Ratzenberger must have the perfect actor’s career. He created an iconic character on one of the most beloved sitcoms ever, so he’s famous enough to work whenever he wants (and, between Cheers and his Pixar work, never has to worry about making the next mortgage payment); but he’s not so huge as to have to fight off paparazzi or worry about TMZ digging through his trash.
I was surprised to re-watch the failed Gene Roddenbery pilot The Questor Tapes and seeing Mike Farrell in the next-to-leading role.
I never noticed Jamie Farr in a lot of the films at first, but after watching MASH for a few years I started noticing him in a lot of places. He’s one of the conspirators in Who’s Minding the Mint? (an underappreciated comedy). If you check out his imdb page you find lots of TV appearances.
Peter Falk shows up as a cab driver in *It’s a Mad, Mad, Mad, Mad, World. And he’s among those who showed up in The Twilight Zone as a kinda Fidel Castro clone.
Leonard Nimoy was supposed to play the role of the android in that pilot, but for some reason it was given to Robert Foxworth instead. Nimoy didn’t find this out until he arrived at the studio to be fitted for his wardrobe.
Eddie “Rochester” Anderson (Jack Benny’s sidekick) and Leo Gorcey (“Slip” Mahoney from The Bowery Boys) were also cab drivers in World.
I saw Carroll O’Connor in an episode of The Time Tunnel. He had a dual role as a British army officer in 1968 and his ancestor in 1812. He did a pretty decent English accent and I wouldn’t have recognized him except for his name in the credits.
I saw an episode of The Naked City with a very young Martin Sheen, along with Peter Fonda. I was struck by how much he looked like his son Charlie when he was that age.

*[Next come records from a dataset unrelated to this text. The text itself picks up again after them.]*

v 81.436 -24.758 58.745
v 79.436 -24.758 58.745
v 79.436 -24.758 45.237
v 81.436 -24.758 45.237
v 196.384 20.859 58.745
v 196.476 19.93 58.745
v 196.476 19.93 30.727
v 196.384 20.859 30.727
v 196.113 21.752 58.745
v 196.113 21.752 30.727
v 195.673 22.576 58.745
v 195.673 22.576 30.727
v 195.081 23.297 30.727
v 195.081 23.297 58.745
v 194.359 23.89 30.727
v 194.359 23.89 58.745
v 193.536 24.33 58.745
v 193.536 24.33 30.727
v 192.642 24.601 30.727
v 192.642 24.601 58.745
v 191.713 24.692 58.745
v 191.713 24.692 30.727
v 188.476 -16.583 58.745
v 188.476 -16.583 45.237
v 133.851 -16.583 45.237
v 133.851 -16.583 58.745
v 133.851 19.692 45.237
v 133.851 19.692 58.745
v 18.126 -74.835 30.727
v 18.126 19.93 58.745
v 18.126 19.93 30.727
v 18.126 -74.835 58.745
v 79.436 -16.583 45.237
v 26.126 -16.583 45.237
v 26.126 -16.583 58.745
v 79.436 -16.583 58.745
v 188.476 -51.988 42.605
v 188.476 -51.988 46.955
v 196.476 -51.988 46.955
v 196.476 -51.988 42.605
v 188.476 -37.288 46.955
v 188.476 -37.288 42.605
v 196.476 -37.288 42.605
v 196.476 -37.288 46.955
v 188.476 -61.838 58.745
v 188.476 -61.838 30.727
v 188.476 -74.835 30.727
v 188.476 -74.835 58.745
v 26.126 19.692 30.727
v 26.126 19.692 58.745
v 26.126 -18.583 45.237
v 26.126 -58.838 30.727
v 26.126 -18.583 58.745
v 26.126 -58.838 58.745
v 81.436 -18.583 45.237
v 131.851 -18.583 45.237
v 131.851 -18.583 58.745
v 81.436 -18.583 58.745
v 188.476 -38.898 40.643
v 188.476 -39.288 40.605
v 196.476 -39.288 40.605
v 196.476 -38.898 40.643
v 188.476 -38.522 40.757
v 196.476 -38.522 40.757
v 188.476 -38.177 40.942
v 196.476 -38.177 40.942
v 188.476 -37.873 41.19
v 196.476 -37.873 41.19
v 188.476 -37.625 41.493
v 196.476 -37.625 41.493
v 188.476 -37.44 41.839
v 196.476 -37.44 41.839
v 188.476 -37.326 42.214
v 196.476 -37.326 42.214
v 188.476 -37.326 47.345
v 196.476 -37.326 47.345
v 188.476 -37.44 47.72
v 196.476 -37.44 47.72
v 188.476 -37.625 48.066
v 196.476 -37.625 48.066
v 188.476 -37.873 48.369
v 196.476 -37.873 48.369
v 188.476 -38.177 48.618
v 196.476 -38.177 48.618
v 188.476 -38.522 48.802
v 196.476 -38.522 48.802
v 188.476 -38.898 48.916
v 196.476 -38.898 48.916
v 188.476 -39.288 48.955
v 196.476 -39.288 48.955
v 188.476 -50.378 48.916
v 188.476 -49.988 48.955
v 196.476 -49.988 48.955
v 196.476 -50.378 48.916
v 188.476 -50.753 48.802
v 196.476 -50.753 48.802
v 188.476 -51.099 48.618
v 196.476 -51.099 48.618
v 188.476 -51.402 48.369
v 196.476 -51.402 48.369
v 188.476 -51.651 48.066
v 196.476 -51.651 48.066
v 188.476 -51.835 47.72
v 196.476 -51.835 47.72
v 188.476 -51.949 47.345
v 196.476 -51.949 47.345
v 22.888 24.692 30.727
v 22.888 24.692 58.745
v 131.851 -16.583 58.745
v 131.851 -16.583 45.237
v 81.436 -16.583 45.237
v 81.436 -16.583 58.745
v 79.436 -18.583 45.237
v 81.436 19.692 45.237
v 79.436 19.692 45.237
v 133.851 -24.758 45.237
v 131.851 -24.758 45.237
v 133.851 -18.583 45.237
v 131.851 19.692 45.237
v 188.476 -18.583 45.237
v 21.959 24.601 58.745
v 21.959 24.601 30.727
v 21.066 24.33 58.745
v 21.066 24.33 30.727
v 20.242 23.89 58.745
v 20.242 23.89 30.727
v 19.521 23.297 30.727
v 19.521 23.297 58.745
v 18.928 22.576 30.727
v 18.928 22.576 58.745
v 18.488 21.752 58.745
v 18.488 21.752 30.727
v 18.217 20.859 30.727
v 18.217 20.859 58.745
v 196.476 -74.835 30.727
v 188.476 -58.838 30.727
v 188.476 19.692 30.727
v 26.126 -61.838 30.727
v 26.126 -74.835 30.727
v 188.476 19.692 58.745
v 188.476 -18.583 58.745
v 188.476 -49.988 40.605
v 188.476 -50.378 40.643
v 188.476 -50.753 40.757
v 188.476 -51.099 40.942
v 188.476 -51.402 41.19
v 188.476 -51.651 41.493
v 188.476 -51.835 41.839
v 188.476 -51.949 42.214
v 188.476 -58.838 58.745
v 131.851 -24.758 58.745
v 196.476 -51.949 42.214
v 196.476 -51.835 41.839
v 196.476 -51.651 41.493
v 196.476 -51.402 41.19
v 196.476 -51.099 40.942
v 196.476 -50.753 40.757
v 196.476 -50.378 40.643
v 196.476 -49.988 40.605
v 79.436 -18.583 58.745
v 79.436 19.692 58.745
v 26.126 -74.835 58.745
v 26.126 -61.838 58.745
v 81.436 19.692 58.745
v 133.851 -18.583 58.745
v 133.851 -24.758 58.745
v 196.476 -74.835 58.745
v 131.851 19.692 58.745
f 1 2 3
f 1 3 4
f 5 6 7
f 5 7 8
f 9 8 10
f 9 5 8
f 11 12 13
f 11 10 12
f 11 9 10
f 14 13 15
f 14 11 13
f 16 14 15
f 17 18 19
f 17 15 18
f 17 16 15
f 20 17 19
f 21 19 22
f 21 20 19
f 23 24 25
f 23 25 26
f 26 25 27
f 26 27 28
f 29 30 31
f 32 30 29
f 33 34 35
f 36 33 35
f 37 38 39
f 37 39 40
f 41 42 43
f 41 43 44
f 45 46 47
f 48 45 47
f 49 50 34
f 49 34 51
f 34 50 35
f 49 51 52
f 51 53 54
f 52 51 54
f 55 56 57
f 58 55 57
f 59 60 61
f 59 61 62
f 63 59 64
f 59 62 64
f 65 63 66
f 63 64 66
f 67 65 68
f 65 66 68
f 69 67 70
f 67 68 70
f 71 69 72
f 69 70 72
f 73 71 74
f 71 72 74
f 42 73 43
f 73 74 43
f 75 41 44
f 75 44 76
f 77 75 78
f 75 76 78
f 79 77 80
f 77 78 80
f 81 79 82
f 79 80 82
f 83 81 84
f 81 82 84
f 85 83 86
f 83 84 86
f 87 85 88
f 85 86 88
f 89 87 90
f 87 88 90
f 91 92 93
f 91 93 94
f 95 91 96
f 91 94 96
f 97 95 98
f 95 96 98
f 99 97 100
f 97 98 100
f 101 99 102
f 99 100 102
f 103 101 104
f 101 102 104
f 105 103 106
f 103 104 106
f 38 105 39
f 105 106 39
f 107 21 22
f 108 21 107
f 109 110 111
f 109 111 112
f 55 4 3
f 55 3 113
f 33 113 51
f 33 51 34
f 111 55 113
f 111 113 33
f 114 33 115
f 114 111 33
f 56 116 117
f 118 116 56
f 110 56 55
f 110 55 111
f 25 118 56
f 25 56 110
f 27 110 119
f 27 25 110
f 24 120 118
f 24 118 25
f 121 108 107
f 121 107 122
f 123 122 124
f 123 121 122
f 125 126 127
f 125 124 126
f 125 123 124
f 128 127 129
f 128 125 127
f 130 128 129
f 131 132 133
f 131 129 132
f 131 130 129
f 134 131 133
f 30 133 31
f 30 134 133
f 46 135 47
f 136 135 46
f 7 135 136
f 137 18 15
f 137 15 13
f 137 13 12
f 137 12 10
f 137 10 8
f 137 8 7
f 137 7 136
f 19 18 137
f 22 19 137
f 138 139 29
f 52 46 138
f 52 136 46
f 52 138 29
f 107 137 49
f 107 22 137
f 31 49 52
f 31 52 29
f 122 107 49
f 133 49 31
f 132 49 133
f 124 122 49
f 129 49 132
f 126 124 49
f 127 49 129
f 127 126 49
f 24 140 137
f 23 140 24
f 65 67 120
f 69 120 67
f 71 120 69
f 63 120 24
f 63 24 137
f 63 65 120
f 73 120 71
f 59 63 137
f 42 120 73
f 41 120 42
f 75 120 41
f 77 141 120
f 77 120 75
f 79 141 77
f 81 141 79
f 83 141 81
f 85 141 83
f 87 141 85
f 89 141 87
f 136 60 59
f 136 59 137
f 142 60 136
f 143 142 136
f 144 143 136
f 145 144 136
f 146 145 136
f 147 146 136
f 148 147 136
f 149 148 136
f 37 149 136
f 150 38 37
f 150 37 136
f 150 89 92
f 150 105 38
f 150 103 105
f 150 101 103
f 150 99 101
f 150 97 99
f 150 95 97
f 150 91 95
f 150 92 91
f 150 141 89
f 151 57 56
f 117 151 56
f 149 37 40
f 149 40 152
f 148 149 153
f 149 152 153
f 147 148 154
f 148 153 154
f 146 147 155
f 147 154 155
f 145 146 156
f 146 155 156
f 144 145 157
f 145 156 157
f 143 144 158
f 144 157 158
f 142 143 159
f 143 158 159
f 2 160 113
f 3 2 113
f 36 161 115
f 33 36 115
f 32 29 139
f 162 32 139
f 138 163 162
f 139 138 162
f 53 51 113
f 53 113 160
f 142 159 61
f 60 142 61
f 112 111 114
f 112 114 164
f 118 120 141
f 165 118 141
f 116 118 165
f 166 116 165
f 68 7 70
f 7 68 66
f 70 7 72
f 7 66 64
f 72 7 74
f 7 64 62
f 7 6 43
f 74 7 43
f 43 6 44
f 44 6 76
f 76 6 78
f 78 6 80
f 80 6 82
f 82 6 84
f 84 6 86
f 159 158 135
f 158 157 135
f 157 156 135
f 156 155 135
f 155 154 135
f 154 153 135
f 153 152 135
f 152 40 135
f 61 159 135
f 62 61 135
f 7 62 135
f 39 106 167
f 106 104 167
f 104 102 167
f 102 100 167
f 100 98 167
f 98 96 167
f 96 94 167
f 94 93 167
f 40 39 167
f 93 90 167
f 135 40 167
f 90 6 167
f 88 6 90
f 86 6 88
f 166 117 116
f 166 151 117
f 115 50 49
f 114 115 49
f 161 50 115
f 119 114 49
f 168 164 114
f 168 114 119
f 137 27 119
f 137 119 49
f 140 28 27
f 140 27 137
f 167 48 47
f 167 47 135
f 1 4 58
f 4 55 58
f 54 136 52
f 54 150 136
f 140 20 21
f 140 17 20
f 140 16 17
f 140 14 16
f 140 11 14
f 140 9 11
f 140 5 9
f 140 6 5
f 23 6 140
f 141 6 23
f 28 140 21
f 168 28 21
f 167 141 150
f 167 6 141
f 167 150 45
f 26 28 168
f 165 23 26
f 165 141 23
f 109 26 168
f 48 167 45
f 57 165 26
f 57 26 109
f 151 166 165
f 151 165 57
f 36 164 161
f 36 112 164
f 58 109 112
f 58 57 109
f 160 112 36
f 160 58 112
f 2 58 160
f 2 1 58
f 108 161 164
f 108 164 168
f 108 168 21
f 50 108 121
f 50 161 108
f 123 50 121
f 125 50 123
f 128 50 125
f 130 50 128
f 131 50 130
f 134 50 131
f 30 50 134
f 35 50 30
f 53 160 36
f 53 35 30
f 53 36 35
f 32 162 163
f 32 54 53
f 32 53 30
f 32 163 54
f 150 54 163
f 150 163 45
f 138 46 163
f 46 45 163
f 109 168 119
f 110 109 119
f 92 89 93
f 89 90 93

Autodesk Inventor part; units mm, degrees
ref_plane "YZ Plane" through (0, 0, 0) normal (1, 0, 0) x (0, 1, 0)
ref_plane "XZ Plane" through (0, 0, 0) normal (0, 1, 0) x (-1, 0, 0)
ref_plane "XY Plane" through (0, 0, 0) normal (0, 0, 1) x (1, 0, 0)
ref_plane "boardTop(tolerance)" through (29.1257, 19.6924, 40.7272) normal (0, -1, 0) x (1, 0, 0)
sketch "Sketch3" plane through (29.1257, 19.6924, 40.7272) normal (0, -1, 0) x (1, 0, 0)
  line L0 (-2, 1.51) -> (-2, 0)
  line L1 (158.35, 0) -> (158.35, 1.51)
  line L2 (-11, 18.0177) -> (-11, -5)
  line L3 (167.35, 18.0177) -> (167.35, -5)
  line L4 (167.35, 18.0177) -> (-11, 18.0177)
  line L5 (-11, -5) -> (167.35, -5)
  point P0 (-29.1257, -40.7272)
  point P1 (158.35, 0.755)
  dimension "d12" = 9
  dimension "d13" = 9
extrude "Extrusion3" add sketch "Sketch3" against normal blind 5
ref_plane "boardBottom(tolerance)" through (185.4757, -59.8376, 42.2372) normal (0, -1, 0) x (-1, 0, 0)
sketch "Sketch4" plane through (29.1257, 19.6924, 40.7272) normal (0, -1, 0) x (1, 0, 0)
  line L0 (-2, 1.51) -> (-2, 0)
  line L1 (158.35, 1.51) -> (158.35, 0)
  line L2 (-11, 18.0177) -> (-11, -5) projected
  line L3 (-11, -5) -> (167.35, -5) projected
  line L4 (167.35, -5) -> (167.35, 18.0177) projected
  line L5 (167.35, 18.0177) -> (-11, 18.0177) projected
  line L6 (159.35, -5) -> (159.35, 18.0177)
  line L7 (-11, 18.0177) -> (167.35, 18.0177) projected
  line L8 (-3, -5) -> (-3, 18.0177)
  point P0 (-29.1257, -40.7272)
  point P1 (158.35, 0.755)
  point P2 (-2, 0.755)
  point P3 (-3, 18.0177)
  dimension "d17" = 1
  dimension "d18" = 1
extrude "Extrusion4" add sketch "Sketch4" along normal blind 94.5274 contours L5 L8 L3 L2 | L5 L4 L3 L6
ref_plane "boardRight(tolerance)" through (188.4757, 19.6924, 35.7272) normal (-1, 0, 0) x (0, -1, 0)
sketch "Sketch5" plane through (188.4757, -74.835, 35.7272) normal (-1, 0, 0) x (0, 0, 1)
  line L0 (5, 15.9974) -> (6.51, 15.9974) projected
  line L1 (0, 94.5274) -> (23.0177, 94.5274) projected
  line L2 (0, 94.5274) -> (0, 0) projected
  line L3 (23.0177, 0) -> (0, 0) projected
  line L4 (23.0177, 94.5274) -> (23.0177, 0) projected
  line L5 (0, 94.5274) -> (0, 0) projected
  line L6 (0, 15.9974) -> (23.0177, 15.9974)
  line L7 (23.0177, 15.9974) -> (23.0177, 12.9974)
  line L8 (23.0177, 12.9974) -> (0, 12.9974)
  line L9 (0, 12.9974) -> (0, 15.9974)
  point P0 (-35.7272, 74.835)
  point P1 (0, 12.9974)
  point P2 (6.51, 15.9974)
  dimension "d21" = 3
ref_plane "boardLeft(tolerance)" through (26.1257, 19.6924, 58.7449) normal (1, 0, 0) x (0, -1, 0)
extrude "Extrusion5" add sketch "Sketch5" along normal up to surface (162.35 mm away) contours L0 L6 L4 L8 L2
sketch "Sketch6" plane through (29.1257, 19.6924, 40.7272) normal (0, -1, 0) x (1, 0, 0)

And I saw DeForest Kelley on the Lone Ranger playing, guess what? Hint: “I’m not a gunslinger!”
I also saw Martin Milner in another episode of the Lone Ranger in his first TV role.
Adam driver was an actual US Marine before becoming an actor.
I was surprised to see Viggo Mortenson as Weps (the weapons dude) on the submarine drama Crimson Tide.
Nitpick: Doug and Tony were at the Battle of New Orleans, which took place in January 1815 (three weeks after the Treaty of Ghent was signed).
That episode of Time Tunnel used a lot of footage from The Buccaneer:
He was Phillip Stuckey in Pretty Woman, probably the first time I saw him.
Or Michael Dorn using that famous voice at a Naked Mole Rat from the future in Kim Possible’s ‘Sitch in Time’.
That turned my head in a hurry. The fun begins about 50 seconds in.
Along with James Gandolfini, aka “Tony Soprano,” playing some other officer.
Meh. I was close. At least I didn’t say it was during the Revolutionary War.
Interesting anecdote* about that film (and episode): The director wanted the bagpiper toward the end to fall along with the rest of the British casualties, but he refused because he was playing actual period pipes and was afraid of damaging them. This is why he kept marching toward the camera while all of the Brits around him were dying like rats.